The remedy lies in comprehensive, multigenerational, family-centered care that will not only identify and treat parents with depression, but also help them improve their parenting skills, and provide support for their children, England said.

For a start, the U.S. Surgeon General should encourage federal health agencies to increase their recognition of depression in parents and its effects on children's development, along with collaborative research into risk and protective factors and, ultimately, demonstration projects to evaluate innovative services.

The Substance Abuse and Mental Health Services Administration and the Health Resources and Services Administration should develop collaborative training programs for primary, mental health, and substance abuse professionals to break down the silos that isolate professional groups.

Payment rules for both public and private payers should be changed to permit care in nonclinical settings (such as home visits or community centers) and eliminate current restrictions in Medicaid that prohibit same-day visits for mental health and primary care services.

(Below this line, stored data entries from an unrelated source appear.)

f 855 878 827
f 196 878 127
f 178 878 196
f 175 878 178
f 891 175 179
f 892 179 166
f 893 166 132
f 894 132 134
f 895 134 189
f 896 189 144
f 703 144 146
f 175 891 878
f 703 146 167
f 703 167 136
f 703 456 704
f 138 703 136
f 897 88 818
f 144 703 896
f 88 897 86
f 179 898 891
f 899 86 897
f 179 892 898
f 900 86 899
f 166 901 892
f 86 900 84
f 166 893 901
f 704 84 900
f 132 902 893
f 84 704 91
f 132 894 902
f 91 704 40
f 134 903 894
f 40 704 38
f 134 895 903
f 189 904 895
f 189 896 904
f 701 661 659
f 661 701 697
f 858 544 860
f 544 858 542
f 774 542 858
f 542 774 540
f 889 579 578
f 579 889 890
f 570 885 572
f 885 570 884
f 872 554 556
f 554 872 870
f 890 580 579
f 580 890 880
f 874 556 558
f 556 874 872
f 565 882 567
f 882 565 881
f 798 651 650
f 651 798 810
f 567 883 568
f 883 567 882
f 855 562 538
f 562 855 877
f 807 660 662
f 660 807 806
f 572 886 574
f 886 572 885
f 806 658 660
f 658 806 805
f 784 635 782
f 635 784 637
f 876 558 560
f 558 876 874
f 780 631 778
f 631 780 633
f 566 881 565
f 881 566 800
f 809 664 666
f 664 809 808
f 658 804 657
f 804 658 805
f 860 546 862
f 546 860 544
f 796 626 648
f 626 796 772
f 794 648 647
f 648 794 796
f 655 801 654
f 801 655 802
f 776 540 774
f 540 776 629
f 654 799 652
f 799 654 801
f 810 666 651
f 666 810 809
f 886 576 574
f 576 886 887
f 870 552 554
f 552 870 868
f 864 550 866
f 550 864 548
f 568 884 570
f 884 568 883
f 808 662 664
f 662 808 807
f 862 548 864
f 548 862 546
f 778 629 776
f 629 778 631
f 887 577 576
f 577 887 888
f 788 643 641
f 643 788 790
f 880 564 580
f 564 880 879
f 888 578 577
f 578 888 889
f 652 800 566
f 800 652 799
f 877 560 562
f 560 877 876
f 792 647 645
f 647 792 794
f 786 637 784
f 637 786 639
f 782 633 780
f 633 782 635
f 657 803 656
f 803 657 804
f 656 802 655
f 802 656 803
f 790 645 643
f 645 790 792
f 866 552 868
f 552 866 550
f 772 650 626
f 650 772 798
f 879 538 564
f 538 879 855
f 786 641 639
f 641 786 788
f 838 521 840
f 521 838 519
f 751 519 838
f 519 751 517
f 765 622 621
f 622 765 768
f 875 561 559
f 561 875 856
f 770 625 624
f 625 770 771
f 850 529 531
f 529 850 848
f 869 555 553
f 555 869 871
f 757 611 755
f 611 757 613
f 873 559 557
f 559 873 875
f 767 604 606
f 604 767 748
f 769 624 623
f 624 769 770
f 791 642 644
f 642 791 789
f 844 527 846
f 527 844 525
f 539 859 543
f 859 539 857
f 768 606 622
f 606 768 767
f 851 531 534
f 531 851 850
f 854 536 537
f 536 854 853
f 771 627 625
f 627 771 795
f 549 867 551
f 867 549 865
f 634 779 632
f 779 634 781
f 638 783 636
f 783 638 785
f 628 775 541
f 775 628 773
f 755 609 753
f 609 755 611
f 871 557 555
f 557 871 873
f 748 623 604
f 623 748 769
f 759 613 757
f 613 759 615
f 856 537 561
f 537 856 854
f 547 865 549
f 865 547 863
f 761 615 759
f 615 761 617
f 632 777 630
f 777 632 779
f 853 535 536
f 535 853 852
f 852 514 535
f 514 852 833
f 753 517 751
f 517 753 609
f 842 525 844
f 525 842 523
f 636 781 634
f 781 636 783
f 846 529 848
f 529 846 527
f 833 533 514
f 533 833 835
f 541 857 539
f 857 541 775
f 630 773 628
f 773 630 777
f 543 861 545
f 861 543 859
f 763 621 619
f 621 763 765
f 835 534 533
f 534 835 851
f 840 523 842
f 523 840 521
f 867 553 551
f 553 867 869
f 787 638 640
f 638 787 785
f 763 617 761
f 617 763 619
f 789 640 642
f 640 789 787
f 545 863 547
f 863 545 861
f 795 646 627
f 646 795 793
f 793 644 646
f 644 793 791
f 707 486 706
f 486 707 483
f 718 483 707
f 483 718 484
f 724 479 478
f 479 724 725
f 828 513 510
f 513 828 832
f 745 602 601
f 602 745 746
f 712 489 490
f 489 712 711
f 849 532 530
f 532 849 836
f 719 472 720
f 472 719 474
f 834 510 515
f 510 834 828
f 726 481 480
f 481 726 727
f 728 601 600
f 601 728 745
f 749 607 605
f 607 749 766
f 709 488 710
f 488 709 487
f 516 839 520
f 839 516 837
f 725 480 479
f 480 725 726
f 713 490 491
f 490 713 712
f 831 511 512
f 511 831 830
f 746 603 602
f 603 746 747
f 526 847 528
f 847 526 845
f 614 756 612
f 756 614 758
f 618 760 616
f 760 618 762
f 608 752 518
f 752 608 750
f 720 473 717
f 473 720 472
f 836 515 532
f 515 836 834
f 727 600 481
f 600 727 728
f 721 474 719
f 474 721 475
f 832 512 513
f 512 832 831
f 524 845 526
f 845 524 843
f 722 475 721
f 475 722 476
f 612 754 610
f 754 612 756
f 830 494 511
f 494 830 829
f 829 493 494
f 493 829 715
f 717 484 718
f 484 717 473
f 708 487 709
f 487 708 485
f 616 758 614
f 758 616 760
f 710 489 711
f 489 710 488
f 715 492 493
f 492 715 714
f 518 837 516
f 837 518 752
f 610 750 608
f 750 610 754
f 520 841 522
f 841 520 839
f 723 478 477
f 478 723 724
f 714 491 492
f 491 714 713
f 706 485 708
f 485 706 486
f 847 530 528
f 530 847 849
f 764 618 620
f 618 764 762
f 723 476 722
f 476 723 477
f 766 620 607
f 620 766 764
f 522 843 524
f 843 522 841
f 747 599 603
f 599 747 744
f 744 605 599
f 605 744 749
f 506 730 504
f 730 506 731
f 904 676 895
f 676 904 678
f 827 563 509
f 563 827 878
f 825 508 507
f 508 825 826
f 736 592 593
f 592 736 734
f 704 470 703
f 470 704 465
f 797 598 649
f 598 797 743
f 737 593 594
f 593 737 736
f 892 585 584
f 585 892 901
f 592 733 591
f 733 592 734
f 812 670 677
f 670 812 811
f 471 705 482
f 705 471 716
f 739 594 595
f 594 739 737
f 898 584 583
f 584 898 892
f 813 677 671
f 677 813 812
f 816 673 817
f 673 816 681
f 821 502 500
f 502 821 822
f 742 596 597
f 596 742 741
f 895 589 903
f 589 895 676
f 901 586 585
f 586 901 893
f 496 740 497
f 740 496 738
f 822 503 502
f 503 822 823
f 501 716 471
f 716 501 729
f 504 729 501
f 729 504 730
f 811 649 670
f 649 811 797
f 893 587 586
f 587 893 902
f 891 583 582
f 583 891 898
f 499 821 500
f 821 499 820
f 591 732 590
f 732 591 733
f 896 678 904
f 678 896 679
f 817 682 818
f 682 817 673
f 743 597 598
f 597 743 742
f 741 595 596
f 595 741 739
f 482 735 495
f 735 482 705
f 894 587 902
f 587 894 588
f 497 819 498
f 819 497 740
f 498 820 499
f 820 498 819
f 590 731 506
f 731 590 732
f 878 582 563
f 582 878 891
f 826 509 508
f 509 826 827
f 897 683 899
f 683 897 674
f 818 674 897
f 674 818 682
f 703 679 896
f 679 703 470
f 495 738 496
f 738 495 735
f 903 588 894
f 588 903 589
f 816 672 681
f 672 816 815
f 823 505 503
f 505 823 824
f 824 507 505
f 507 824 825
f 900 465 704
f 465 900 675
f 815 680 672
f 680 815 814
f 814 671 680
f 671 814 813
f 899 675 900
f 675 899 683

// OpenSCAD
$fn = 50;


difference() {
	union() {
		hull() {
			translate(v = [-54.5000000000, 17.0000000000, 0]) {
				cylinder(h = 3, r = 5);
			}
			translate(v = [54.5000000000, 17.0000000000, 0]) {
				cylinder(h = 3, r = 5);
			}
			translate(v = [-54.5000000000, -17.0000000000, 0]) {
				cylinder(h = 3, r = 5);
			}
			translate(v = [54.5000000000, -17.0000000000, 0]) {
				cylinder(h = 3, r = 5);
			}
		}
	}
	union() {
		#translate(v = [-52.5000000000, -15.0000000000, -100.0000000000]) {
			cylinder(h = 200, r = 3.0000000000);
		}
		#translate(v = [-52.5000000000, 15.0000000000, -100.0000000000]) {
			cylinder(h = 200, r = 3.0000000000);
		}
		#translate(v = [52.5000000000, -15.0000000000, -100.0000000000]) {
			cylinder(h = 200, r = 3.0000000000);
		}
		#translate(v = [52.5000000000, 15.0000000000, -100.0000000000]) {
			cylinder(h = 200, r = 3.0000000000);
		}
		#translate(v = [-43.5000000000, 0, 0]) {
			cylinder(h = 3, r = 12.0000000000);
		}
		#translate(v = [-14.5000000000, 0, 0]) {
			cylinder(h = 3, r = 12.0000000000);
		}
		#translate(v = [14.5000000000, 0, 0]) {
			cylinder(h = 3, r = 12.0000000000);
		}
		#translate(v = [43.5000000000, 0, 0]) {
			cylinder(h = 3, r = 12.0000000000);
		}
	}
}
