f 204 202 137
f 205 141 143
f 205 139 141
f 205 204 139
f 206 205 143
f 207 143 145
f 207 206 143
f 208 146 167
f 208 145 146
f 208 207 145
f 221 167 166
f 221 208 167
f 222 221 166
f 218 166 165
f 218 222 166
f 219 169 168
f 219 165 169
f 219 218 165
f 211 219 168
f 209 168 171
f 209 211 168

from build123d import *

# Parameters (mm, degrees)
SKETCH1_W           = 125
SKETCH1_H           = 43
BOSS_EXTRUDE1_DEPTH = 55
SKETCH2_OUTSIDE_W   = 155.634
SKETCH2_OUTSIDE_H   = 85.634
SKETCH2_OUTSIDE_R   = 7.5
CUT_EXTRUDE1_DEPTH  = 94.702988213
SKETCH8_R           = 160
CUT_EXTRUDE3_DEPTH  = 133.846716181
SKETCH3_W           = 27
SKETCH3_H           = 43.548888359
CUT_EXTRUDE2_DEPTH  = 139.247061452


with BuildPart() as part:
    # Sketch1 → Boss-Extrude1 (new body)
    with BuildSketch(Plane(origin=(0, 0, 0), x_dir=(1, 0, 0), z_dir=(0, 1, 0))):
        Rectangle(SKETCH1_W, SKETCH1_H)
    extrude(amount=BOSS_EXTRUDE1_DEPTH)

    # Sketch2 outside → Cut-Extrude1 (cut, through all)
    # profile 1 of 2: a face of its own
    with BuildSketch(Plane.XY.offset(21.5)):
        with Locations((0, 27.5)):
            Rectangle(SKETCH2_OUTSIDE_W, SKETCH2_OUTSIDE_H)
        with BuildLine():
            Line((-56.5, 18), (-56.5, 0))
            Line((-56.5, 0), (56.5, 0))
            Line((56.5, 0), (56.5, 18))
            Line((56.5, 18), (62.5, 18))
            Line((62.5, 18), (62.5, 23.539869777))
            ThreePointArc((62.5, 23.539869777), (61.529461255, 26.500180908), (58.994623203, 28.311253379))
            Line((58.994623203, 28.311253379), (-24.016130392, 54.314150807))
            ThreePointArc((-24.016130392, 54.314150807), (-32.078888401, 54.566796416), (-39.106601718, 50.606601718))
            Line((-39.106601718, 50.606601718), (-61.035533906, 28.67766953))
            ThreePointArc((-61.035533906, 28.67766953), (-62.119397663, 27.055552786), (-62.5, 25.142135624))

Impeding use of Medicaid for this group are “low reimbursement rates, lack of benefit coverage to assess for maternal depression, prohibitions against pediatricians assess[ing] parents, and a restricted range of eligible providers....”

The prospect of achieving such widespread change is daunting, even for members of the IOM committee. “We know what we should do, but we don't know how to implement it,” said Beardslee in a follow-up interview.“ We need a broad public-health approach. However, there will be a real payoff because medical outcomes are worse in people with depression, so there ought to be an incentive to identify and treat family members.”

“Depression in Parents, Parenting, and Children: Opportunities to Improve Identification, Treatment, and Prevention” is posted at<www.bocyf.org/parental_depression_brief.pdf>.